Any ideas? School starts next Tuesday for me, and I NEED this laptop to work- I'm a computer tech major and it won't do for me to have no computer to work on....:sour:


----------



## Madcatz

*Re: HP Pavilion dv9000 Display Problems*

does the display come on so you can see the bios window and go off when windows starts to load up? or do you see absolutley nothing at all unless an external is plugged in?


if you can't see anything at all unless an external is hooked up, then it could be the motherboard, inverter, or lcd panel. being as the external works, I would look at the other two first.

if you are able to see the bios screen every time you power on the laptop without the external hooked up, then most likely its not a hardware issue.


----------



## craigwatanabe

*Re: HP Pavilion dv9000 Display Problems*

This series of laptops have inverter and fluorescent bulb issues. The bulbs go out, and in my case both the bulb and inverter went out. Restoring your system won't have any effect on it since you've indicated an external monitor worked fine with it.


----------



## para.lax

*Re: HP Pavilion dv9000 Display Problems*

Its the strangest thing- I don't have any bios or loading information display at all. The screen appears totally dead. Yet I don't think it is a dead inverter or fluorescent bulb, and here's why: I accidentally discorvered earlier today that if I apply a small amount of pressure laterally to the monitor, it will occassionally "come to life" if I use the Fn + F4 keys. But, this is only temporary. As soon as I restart the computer, or I shut the lid and open it again, presto! It's dead. It kind of leads me to believe that there may be a loose connection? Is that really feasible?


----------



## para.lax

*Re: HP Pavilion dv9000 Display Problems*

I also forgot to mention that if I jave an external monitor hooked up, the bios information appears on it.


----------



## craigwatanabe

*Re: HP Pavilion dv9000 Display Problems*

If you were to take the laptop out in bright sunlight and view it at an angle can you see the display minus the backlight? If so you probably have loose connection powering the fluorescent tube or the inverter.

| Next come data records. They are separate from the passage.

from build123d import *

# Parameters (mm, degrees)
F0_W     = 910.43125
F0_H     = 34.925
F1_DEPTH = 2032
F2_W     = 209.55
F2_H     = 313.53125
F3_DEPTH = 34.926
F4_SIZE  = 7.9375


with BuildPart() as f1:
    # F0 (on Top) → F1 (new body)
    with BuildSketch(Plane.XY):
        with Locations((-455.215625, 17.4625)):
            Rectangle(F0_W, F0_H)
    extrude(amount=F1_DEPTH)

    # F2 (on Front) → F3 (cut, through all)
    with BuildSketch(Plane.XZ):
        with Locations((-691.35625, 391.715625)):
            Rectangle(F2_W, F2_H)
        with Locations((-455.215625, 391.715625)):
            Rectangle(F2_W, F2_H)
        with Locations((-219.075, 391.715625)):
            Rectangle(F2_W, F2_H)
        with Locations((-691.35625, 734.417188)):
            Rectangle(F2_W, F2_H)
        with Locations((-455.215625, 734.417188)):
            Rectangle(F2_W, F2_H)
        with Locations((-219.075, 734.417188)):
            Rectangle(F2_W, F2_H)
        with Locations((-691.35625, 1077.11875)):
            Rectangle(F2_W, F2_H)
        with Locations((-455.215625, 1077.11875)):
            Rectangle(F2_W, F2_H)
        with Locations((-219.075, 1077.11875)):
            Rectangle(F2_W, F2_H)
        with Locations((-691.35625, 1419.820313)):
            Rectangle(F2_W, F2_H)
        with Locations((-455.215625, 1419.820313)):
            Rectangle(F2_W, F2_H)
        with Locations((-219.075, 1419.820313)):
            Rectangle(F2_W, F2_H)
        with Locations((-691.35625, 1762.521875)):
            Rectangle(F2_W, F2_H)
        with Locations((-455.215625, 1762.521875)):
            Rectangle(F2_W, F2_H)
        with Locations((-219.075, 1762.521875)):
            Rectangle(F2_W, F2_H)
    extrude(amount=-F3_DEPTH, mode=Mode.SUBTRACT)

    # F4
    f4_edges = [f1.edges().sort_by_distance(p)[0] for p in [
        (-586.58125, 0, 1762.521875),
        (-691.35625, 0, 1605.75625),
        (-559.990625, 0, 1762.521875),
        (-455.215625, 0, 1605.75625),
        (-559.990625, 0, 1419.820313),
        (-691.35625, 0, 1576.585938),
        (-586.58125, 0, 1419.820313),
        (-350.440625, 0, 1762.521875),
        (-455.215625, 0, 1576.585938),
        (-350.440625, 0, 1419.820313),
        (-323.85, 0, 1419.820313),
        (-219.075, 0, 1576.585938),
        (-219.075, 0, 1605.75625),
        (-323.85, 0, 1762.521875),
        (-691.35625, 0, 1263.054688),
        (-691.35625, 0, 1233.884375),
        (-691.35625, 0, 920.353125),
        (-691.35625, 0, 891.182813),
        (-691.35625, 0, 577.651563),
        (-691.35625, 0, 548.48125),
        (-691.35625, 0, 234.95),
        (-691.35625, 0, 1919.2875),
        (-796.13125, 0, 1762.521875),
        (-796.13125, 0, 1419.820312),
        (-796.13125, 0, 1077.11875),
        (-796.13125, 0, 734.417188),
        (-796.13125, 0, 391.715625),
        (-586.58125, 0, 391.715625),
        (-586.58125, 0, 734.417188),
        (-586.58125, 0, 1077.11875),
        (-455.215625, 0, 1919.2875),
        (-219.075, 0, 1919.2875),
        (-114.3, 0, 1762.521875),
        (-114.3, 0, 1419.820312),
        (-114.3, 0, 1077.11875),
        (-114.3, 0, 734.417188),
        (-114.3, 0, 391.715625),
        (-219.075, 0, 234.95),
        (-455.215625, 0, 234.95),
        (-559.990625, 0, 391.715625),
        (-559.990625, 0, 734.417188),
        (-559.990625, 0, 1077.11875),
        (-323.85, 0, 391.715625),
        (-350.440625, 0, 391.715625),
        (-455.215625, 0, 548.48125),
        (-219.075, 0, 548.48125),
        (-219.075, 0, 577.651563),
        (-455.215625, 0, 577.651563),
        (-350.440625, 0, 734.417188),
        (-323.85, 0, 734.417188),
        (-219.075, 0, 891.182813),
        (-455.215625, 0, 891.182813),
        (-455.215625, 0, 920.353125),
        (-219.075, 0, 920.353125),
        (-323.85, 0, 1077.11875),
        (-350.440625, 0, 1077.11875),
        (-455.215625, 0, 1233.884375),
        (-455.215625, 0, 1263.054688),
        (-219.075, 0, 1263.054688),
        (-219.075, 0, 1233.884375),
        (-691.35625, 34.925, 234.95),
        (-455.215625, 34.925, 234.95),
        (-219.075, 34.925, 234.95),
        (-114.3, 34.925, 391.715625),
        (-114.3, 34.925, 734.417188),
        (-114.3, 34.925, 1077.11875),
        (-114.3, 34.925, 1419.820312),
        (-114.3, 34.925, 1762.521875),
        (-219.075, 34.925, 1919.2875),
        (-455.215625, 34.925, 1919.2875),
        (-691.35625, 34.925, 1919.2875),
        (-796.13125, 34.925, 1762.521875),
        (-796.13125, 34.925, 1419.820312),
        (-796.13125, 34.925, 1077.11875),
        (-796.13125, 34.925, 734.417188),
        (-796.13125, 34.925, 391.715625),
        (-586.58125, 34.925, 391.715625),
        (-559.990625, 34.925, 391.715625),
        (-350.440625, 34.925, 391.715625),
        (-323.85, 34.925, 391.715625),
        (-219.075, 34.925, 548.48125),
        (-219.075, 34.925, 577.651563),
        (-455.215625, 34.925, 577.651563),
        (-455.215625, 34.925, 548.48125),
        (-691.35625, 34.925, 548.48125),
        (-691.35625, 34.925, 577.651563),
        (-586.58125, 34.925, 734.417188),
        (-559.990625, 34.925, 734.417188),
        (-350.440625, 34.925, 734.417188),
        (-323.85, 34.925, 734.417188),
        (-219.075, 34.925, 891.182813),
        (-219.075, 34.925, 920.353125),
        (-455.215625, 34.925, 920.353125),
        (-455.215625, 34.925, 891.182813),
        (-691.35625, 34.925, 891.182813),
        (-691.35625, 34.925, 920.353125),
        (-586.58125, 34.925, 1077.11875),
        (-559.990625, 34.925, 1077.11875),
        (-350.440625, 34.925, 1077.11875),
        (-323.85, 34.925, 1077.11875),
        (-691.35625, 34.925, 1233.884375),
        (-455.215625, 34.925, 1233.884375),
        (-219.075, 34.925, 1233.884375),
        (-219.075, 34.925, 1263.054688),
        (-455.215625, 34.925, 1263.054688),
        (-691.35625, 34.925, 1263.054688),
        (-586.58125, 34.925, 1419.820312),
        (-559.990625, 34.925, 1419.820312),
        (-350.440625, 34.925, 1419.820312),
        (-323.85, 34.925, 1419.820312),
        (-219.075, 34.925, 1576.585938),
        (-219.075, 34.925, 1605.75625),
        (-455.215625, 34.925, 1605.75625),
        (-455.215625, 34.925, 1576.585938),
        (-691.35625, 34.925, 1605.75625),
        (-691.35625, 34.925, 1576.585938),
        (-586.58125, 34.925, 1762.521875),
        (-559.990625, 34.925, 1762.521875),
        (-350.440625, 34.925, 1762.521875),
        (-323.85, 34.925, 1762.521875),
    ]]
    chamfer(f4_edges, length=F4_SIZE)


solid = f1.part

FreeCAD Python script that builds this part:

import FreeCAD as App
import Part
import Sketcher
from FreeCAD import Vector
Q = App.Units.Quantity


def edges_at(feature, points):
    """Names of the edges that pass closest to the given points."""
    edges = feature.Shape.Edges
    near = lambda p: min(range(len(edges)), key=lambda i: edges[i].distToShape(Part.Vertex(*p))[0])
    return sorted({f"Edge{near(p) + 1}" for p in points})


def add_polygon(sketch, points):
    """Adds a closed chain of lines whose ends are joined by coincident constraints."""
    first, n = sketch.GeometryCount, len(points)
    for a, b in zip(points, points[1:] + points[:1]):
        sketch.addGeometry(Part.LineSegment(App.Vector(*a, 0), App.Vector(*b, 0)), False)
    for i in range(n):
        sketch.addConstraint(Sketcher.Constraint("Coincident", first + i, 2, first + (i + 1) % n, 1))

doc = App.newDocument("Part")
body = doc.addObject("PartDesign::Body", "Body")

sketch1 = doc.addObject("Sketcher::SketchObject", "Sketch")
body.addObject(sketch1)
sketch1.AttachmentSupport = (doc.XY_Plane, [""])
sketch1.MapMode = "FlatFace"
add_polygon(sketch1, [(-910.43125, 34.925), (-910.43125, 0), (0, 0), (0, 34.925)])
sketch1.addConstraint([
    Sketcher.Constraint("Vertical", 0),
    Sketcher.Constraint("Horizontal", 1),
    Sketcher.Constraint("Vertical", 2),
    Sketcher.Constraint("Horizontal", 3),
    Sketcher.Constraint("Coincident", 1, 2, -1, 1),
    Sketcher.Constraint("DistanceX", 1, 1, 1, 2, Q("35.84375 in")),
    Sketcher.Constraint("DistanceY", 0, 2, 0, 1, Q("1.375 in")),
])
pad1 = doc.addObject("PartDesign::Pad", "Pad")
body.addObject(pad1)
pad1.Profile = sketch1
pad1.Length = Q("80 in")

sketch2 = doc.addObject("Sketcher::SketchObject", "Sketch001")
body.addObject(sketch2)
sketch2.AttachmentSupport = (doc.XZ_Plane, [""])
sketch2.MapMode = "FlatFace"
add_polygon(sketch2, [(-796.13125, 548.48125), (-796.13125, 234.95), (-586.58125, 234.95), (-586.58125, 548.48125)])
add_polygon(sketch2, [(-559.990625, 548.48125), (-559.990625, 234.95), (-350.440625, 234.95), (-350.440625, 548.48125)])
add_polygon(sketch2, [(-323.85, 548.48125), (-323.85, 234.95), (-114.3, 234.95), (-114.3, 548.48125)])
add_polygon(sketch2, [(-796.13125, 891.182813), (-796.13125, 577.651563), (-586.58125, 577.651563), (-586.58125, 891.182813)])
add_polygon(sketch2, [(-559.990625, 891.182813), (-559.990625, 577.651563), (-350.440625, 577.651563), (-350.440625, 891.182813)])
add_polygon(sketch2, [(-323.85, 891.182813), (-323.85, 577.651563), (-114.3, 577.651563), (-114.3, 891.182813)])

If you cannot see anything at all then you may have an LCD issue, but the problem is definately in the lid portion of your laptop and more than likely a connection issue.


----------



## para.lax

*Re: HP Pavilion dv9000 Display Problems*

No, I can't see it in the bright sunlight; plus it isn't even registering as having a monitor other than an external one hooked up. It must be a connection somewhere. I believe that the backpack I have been transporting it in is probably to blame- even though it is designed to carry a laptop, I have been carrying an astronomical amount of textbooks in it as well. I could see how all of that extra weight could have put it something out of kilter. I'll invest in a seperate laptop case, just in case (no pun intended). Any suggestions? Luckily it is still under warranty (sp?) so I am having it sent in for service. Thank you guys for all of your help. I really appreciate all of your input. :grin:


----------



## TriggerFinger

*Re: HP Pavilion dv9000 Display Problems*



para.lax said:


> No, I can't see it in the bright sunlight; plus it isn't even registering as having a monitor other than an external one hooked up. It must be a connection somewhere. I believe that the backpack I have been transporting it in is probably to blame- even though it is designed to carry a laptop, I have been carrying an astronomical amount of textbooks in it as well. I could see how all of that extra weight could have put it something out of kilter. I'll invest in a seperate laptop case, just in case (no pun intended). Any suggestions? Luckily it is still under warranty (sp?) so I am having it sent in for service. Thank you guys for all of your help. I really appreciate all of your input. :grin:


-- try this link below if it matches the behavior of your laptop:
http://h10025.www1.hp.com/ewfrf/wc/document?docname=c01087277&lc=en&cc=us


----------



## para.lax

*Re: HP Pavilion dv9000 Display Problems*

It does! Thank you very much. I'm glad to know that it isn't just me going through this


----------



## ecuajosh

this is the *worst* laptop ever made (pavilion dv9000 cto)i paid almost 2000.i'm sending to get service once again beacuse of this video problem.i'm glad i purchased this extra year of warranty.
issues:1 videocard problem.2 battery not charging.3 dead hardrive.4 dead pixels on my screen (you could see the spacebar mark on the scrren)got replaced.5 processor fan replaced and bios replaced 6 plastic top got cracked and got replaced,7 something wrong with motherboard,8 and once again video problem the need to replace something inside


----------



## cheflarry

there is a known problem with the mother board. Hp is fixing mine for free hope you read this i know you posted this months ago. My pc is way out of warenty but they are still fixing it.


----------